■ Problem description
Produce the records below again, word for word, but stop after the line that contains "f 185 80 183".
[[ Supplied material, beginning ]]
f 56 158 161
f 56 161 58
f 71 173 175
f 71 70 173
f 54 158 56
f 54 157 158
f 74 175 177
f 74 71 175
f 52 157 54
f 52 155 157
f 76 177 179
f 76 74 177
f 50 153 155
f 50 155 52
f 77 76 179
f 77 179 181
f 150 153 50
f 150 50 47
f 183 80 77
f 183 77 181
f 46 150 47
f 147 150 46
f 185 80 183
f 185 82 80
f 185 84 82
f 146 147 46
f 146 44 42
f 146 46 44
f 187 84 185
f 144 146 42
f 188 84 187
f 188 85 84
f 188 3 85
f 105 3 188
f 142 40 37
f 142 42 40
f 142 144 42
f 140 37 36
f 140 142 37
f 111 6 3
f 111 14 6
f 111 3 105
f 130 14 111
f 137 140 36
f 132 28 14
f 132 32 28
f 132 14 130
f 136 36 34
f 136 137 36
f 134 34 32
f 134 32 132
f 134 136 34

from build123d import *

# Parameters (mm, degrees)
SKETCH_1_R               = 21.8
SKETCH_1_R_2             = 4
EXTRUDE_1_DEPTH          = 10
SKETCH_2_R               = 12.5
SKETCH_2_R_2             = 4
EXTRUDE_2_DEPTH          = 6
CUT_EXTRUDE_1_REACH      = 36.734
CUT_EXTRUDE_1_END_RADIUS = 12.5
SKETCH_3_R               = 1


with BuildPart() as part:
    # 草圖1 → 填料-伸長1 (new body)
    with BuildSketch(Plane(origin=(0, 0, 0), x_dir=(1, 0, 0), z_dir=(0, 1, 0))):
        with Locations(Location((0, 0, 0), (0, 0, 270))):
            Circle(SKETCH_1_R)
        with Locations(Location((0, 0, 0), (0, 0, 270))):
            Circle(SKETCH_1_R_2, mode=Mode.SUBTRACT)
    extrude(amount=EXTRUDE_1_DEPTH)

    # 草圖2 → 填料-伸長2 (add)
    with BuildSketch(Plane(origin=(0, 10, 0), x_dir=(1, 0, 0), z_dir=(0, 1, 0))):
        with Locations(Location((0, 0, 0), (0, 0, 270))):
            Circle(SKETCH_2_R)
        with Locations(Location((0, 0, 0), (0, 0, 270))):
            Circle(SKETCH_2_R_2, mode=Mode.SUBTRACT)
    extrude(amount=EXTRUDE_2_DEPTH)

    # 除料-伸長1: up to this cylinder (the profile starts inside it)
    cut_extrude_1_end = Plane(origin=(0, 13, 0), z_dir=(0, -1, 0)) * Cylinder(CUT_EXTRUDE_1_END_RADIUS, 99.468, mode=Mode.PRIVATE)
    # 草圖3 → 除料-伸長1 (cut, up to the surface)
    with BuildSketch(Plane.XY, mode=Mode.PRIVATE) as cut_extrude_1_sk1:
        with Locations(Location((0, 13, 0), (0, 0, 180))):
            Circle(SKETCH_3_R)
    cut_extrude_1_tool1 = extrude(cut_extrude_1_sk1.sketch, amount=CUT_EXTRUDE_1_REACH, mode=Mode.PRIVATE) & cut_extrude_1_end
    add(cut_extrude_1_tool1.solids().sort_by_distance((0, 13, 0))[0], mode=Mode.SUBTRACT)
[[ Supplied material, end ]]
■ Reply to the exercise
f 56 158 161
f 56 161 58
f 71 173 175
f 71 70 173
f 54 158 56
f 54 157 158
f 74 175 177
f 74 71 175
f 52 157 54
f 52 155 157
f 76 177 179
f 76 74 177
f 50 153 155
f 50 155 52
f 77 76 179
f 77 179 181
f 150 153 50
f 150 50 47
f 183 80 77
f 183 77 181
f 46 150 47
f 147 150 46
f 185 80 183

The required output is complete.